# type 44 (1990) turn signals?



## Braden (Oct 3, 2006)

Flasher works with 4-way switch, but not with signal switch
Fuses are all OK
Replaced bulbs in inst. cluster and removed a screw that was shorting out a couple tracks Stupid (non oem screw.. no clue)
No bad solder joints in cluster, no broken tracks. MFA lights up but is garbled, potentially fried by the screw.
A couple marker lights burned out (shouldn't affect signals?)..
This car has way more electrical **** than any 1990 model should have. But more options than my Mk4 jetta did LOL

Anyone familiar with these cars?


----------



## Tdotdub (Nov 14, 2008)

*Re: type 44 (1990) turn signals? (Braden)*

i would check ur turn signal switch. Those where faulty sometimes.


----------



## Braden (Oct 3, 2006)

*Re: type 44 (Tdotdub)*

Thanks, I've removed and dissembled the entire column switch assembly, cleaned all copper with isopropanol, re-lubricated with dielectric grease and re-assembled. I verified function of all switch positions..

So it's not the switch


----------



## Tdotdub (Nov 14, 2008)

*Re: type 44 (Braden)*

R u sure u did it properly? If so... check flasher switch... Mk4 jetta's had problems with those... Never heard them go bad on 100's but who knows.


----------



## Braden (Oct 3, 2006)

*Re: type 44 (Tdotdub)*


_Quote, originally posted by *Tdotdub* »_R u sure u did it properly?

Positive.
I also rebuilt the 4-way switch, if that's what you mean by flasher switch, the 4-way flashers work fine.


----------



## Tdotdub (Nov 14, 2008)

*Re: type 44 (Braden)*

well its a very simple system... now all is left is the relay and the wires... thats it man.

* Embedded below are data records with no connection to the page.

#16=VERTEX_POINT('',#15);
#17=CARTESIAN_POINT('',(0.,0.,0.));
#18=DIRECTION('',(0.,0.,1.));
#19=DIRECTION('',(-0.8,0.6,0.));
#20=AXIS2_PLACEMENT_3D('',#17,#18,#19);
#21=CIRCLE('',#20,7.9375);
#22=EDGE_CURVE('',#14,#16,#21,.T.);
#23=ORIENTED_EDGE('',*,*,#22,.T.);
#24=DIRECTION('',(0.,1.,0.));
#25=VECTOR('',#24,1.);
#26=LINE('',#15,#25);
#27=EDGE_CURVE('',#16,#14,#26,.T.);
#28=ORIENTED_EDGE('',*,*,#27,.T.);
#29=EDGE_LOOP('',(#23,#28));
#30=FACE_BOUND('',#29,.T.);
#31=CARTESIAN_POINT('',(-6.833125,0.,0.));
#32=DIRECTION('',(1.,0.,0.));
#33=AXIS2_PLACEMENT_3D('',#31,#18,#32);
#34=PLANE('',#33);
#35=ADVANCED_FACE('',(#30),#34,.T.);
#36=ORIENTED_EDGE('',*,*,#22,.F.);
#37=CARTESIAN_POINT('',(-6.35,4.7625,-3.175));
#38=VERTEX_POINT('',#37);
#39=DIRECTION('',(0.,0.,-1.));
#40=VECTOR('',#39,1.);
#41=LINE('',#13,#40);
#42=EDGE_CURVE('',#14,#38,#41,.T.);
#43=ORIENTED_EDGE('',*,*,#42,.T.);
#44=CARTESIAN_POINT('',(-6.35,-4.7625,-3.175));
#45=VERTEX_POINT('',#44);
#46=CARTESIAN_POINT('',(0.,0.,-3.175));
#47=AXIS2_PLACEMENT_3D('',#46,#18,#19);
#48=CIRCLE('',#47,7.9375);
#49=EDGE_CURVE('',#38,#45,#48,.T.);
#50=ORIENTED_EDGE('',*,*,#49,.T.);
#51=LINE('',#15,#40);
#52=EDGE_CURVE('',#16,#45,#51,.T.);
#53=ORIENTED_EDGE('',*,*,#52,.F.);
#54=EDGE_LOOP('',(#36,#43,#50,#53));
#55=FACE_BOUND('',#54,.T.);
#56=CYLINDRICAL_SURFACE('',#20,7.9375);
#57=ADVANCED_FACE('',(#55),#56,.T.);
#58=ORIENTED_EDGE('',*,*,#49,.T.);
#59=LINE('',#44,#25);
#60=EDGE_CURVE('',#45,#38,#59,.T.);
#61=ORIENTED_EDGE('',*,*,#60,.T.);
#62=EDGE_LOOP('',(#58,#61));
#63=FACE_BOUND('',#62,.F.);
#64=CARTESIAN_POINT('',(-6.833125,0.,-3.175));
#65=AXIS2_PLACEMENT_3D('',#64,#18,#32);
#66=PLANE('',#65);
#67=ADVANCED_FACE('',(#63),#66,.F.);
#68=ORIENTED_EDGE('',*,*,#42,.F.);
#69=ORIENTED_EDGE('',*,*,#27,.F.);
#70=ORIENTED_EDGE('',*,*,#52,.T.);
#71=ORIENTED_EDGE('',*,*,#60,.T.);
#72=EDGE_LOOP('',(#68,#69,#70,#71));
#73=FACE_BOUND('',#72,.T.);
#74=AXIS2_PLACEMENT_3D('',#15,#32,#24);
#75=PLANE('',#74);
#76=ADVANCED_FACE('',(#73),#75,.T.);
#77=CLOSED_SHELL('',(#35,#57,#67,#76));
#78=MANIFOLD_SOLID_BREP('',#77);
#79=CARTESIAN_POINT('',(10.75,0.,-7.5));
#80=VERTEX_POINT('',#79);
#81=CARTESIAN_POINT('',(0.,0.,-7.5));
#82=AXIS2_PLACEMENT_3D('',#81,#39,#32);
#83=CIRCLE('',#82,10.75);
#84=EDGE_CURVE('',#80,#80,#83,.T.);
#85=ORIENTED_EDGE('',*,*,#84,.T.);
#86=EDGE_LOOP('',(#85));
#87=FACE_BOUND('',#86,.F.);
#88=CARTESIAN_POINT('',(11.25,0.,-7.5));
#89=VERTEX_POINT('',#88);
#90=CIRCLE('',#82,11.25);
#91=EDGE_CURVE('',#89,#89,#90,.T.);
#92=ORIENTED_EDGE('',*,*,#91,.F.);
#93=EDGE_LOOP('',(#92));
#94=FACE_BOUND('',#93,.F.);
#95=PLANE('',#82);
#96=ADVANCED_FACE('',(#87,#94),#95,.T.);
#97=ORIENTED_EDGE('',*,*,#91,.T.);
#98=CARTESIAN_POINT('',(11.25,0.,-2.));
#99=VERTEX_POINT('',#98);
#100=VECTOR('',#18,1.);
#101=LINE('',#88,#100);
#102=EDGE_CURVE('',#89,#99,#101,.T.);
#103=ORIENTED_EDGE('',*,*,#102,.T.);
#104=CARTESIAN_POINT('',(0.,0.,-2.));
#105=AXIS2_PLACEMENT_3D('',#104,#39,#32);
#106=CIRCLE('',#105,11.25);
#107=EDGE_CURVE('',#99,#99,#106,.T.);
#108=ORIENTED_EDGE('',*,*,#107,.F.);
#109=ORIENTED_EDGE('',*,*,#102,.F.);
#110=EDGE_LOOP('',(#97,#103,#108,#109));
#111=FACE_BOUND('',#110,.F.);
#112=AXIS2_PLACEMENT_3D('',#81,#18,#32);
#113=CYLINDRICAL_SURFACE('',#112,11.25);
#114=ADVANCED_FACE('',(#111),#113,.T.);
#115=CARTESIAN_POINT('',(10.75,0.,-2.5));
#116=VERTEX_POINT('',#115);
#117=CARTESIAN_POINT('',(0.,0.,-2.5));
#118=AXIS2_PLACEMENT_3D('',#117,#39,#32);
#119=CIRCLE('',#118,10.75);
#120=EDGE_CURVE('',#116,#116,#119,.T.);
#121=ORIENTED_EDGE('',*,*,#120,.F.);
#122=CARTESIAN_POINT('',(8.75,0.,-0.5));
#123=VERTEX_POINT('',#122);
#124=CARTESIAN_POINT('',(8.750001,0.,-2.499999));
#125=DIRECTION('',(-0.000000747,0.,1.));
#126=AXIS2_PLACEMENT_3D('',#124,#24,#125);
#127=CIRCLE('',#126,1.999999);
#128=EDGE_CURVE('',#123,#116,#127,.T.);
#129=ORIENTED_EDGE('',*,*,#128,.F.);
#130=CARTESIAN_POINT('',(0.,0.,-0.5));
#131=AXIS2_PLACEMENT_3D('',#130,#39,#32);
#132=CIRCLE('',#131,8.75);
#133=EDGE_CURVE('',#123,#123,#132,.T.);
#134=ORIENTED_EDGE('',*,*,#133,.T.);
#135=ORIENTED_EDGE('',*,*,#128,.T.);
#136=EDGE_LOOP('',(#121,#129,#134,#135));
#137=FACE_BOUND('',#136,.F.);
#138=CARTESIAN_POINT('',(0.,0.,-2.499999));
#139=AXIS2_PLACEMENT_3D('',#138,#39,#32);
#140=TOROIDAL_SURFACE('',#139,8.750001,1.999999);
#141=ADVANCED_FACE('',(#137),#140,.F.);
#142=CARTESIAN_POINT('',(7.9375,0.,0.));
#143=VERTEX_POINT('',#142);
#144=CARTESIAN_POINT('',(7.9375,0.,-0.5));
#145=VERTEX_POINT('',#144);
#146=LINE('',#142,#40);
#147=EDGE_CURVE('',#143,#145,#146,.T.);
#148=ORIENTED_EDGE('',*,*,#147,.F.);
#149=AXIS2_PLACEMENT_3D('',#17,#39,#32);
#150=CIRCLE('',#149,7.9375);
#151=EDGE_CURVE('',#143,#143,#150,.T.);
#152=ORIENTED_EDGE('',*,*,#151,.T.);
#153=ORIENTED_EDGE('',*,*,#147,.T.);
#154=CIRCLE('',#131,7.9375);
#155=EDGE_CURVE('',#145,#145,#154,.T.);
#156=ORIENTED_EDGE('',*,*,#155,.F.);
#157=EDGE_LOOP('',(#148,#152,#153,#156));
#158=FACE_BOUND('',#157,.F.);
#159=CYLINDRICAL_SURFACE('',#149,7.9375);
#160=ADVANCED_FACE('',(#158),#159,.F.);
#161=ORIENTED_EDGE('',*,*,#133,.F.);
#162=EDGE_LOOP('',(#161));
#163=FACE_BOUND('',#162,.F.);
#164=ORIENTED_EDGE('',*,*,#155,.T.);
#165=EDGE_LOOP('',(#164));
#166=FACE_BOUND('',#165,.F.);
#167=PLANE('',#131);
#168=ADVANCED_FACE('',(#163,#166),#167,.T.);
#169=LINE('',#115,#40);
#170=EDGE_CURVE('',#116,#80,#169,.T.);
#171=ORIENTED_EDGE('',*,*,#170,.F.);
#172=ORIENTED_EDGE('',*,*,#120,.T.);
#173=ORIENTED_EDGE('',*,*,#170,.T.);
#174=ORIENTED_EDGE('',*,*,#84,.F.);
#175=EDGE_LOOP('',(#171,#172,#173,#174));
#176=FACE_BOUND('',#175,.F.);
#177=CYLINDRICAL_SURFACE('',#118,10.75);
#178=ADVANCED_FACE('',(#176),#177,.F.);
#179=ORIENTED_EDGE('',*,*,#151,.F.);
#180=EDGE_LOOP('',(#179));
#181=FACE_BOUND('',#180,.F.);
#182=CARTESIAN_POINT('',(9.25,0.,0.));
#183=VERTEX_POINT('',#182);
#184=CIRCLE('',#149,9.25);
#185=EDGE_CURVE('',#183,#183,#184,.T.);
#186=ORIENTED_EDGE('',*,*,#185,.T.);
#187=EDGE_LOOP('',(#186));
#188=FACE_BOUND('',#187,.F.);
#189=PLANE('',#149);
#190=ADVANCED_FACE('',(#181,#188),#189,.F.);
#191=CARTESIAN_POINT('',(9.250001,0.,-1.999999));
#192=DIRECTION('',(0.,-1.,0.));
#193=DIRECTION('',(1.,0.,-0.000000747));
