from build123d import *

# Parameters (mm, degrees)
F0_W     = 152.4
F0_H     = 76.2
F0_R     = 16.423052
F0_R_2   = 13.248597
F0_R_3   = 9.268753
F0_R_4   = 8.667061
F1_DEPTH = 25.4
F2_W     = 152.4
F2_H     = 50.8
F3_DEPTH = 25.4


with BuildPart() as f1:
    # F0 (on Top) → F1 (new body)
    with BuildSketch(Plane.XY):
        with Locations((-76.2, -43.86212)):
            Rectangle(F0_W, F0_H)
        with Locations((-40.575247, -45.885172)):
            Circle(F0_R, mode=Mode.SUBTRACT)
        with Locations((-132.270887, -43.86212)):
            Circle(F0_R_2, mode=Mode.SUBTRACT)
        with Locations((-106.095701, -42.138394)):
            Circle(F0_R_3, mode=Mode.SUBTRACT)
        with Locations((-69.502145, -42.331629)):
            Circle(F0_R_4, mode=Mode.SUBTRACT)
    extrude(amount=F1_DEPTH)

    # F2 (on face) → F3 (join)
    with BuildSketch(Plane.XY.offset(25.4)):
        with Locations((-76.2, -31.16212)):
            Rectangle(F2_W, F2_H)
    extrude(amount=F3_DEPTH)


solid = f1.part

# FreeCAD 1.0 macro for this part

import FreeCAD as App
import Part
import Sketcher

V = App.Vector
Q = App.Units.Quantity


def add_polygon(sketch, points):
    """Adds a closed chain of lines whose ends are joined by coincident constraints."""
    first, n = sketch.GeometryCount, len(points)
    for a, b in zip(points, points[1:] + points[:1]):
        sketch.addGeometry(Part.LineSegment(App.Vector(*a, 0), App.Vector(*b, 0)), False)
    for i in range(n):
        sketch.addConstraint(Sketcher.Constraint("Coincident", first + i, 2, first + (i + 1) % n, 1))

doc = App.newDocument("Part")
body = doc.addObject("PartDesign::Body", "Body")

# Sketch on XY plane
sketch1 = body.newObject("Sketcher::SketchObject", "Sketch")
sketch1.AttachmentSupport = (doc.getObject("XY_Plane"), [""])
sketch1.MapMode = "FlatFace"
add_polygon(sketch1, [(-152.4, -5.76212), (-152.4, -81.96212), (0, -81.96212), (0, -5.76212)])  # lines 0-3
sketch1.addGeometry(Part.Circle(V(-132.270887, -43.86212, 0), V(0, 0, 1), 13.248597), False)  # 4
sketch1.addGeometry(Part.Circle(V(-106.095701, -42.138394, 0), V(0, 0, 1), 9.268753), False)  # 5
sketch1.addGeometry(Part.Circle(V(-69.502145, -42.331629, 0), V(0, 0, 1), 8.667061), False)  # 6
sketch1.addGeometry(Part.Circle(V(-40.575247, -45.885172, 0), V(0, 0, 1), 16.423052), False)  # 7
sketch1.addConstraint(Sketcher.Constraint("Vertical", 0))
sketch1.addConstraint(Sketcher.Constraint("Horizontal", 1))
sketch1.addConstraint(Sketcher.Constraint("Vertical", 2))
sketch1.addConstraint(Sketcher.Constraint("Horizontal", 3))
sketch1.addConstraint(Sketcher.Constraint("PointOnObject", 1, 2, -2))
sketch1.addConstraint(Sketcher.Constraint("DistanceX", 1, 1, 1, 2, Q("6 in")))
sketch1.addConstraint(Sketcher.Constraint("DistanceY", 0, 2, 0, 1, Q("3 in")))
sketch1.addConstraint(Sketcher.Constraint("DistanceY", 0, 2, 4, 3, Q("1.5 in")))
sketch1.addConstraint(Sketcher.Constraint("Diameter", 4, 26.497194))
sketch1.addConstraint(Sketcher.Constraint("Diameter", 5, 18.537506))
sketch1.addConstraint(Sketcher.Constraint("Diameter", 6, 17.334122))
sketch1.addConstraint(Sketcher.Constraint("Diameter", 7, 32.846104))
sketch1.addConstraint(Sketcher.Constraint("DistanceX", 5, 3, -1, 1, 106.095701))
sketch1.addConstraint(Sketcher.Constraint("DistanceX", 6, 3, 7, 3, 28.926898))
sketch1.addConstraint(Sketcher.Constraint("DistanceY", 4, 3, -1, 1, 43.86212))
sketch1.addConstraint(Sketcher.Constraint("DistanceY", 6, 3, -1, 1, 42.331629))
sketch1.addConstraint(Sketcher.Constraint("DistanceY", 7, 3, -1, 1, 45.885172))
sketch1.addConstraint(Sketcher.Constraint("DistanceX", 4, 3, 6, 3, 62.768742))
sketch1.addConstraint(Sketcher.Constraint("DistanceX", 4, 3, -1, 1, 132.270887))
sketch1.addConstraint(Sketcher.Constraint("DistanceY", 5, 3, -1, 1, 42.138394))
pad1 = body.newObject("PartDesign::Pad", "Pad")
pad1.Profile = sketch1
pad1.Length = Q("1 in")

# Sketch on XY plane
sketch2 = body.newObject("Sketcher::SketchObject", "Sketch001")
sketch2.AttachmentSupport = (doc.getObject("XY_Plane"), [""])
sketch2.MapMode = "FlatFace"
sketch2.AttachmentOffset = App.Placement(V(0, 0, 1 * 25.4), App.Rotation())
add_polygon(sketch2, [(-152.4, -5.76212), (-152.4, -56.56212), (0, -56.56212), (0, -5.76212)])  # lines 0-3
sketch2.addConstraint(Sketcher.Constraint("Vertical", 0))
sketch2.addConstraint(Sketcher.Constraint("Horizontal", 1))
sketch2.addConstraint(Sketcher.Constraint("Vertical", 2))
sketch2.addConstraint(Sketcher.Constraint("Horizontal", 3))
sketch2.addConstraint(Sketcher.Constraint("PointOnObject", 1, 2, -2))
sketch2.addConstraint(Sketcher.Constraint("DistanceX", 1, 1, 1, 2, Q("6 in")))
sketch2.addConstraint(Sketcher.Constraint("DistanceY", 0, 2, 0, 1, Q("2 in")))
sketch2.addConstraint(Sketcher.Constraint("DistanceY", 0, 2, -1, 1, 56.56212))
pad2 = body.newObject("PartDesign::Pad", "Pad001")
pad2.Profile = sketch2
pad2.Length = Q("1 in")

doc.recompute()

I know you do not need to have ur instrument cluster in the car for it to work.. still should work! At least that was the case with dubs... 
Dumb question but why fix it







I never use mine.. ONCE out of the blue moon.


----------



## kenny_blankenship (Feb 19, 2005)

*FV-QR*

I pretty much have the same problem as the OP, but I have no wipers either.


----------



## Braden (Oct 3, 2006)

*Re: FV-QR (kenny_blankenship)*

I also have no wipers!
I've been tackling it as a separate problem, it sounds like it may be related..


----------



## Tdotdub (Nov 14, 2008)

*Re: FV-QR (Braden)*

Check the ground..It may be common!


----------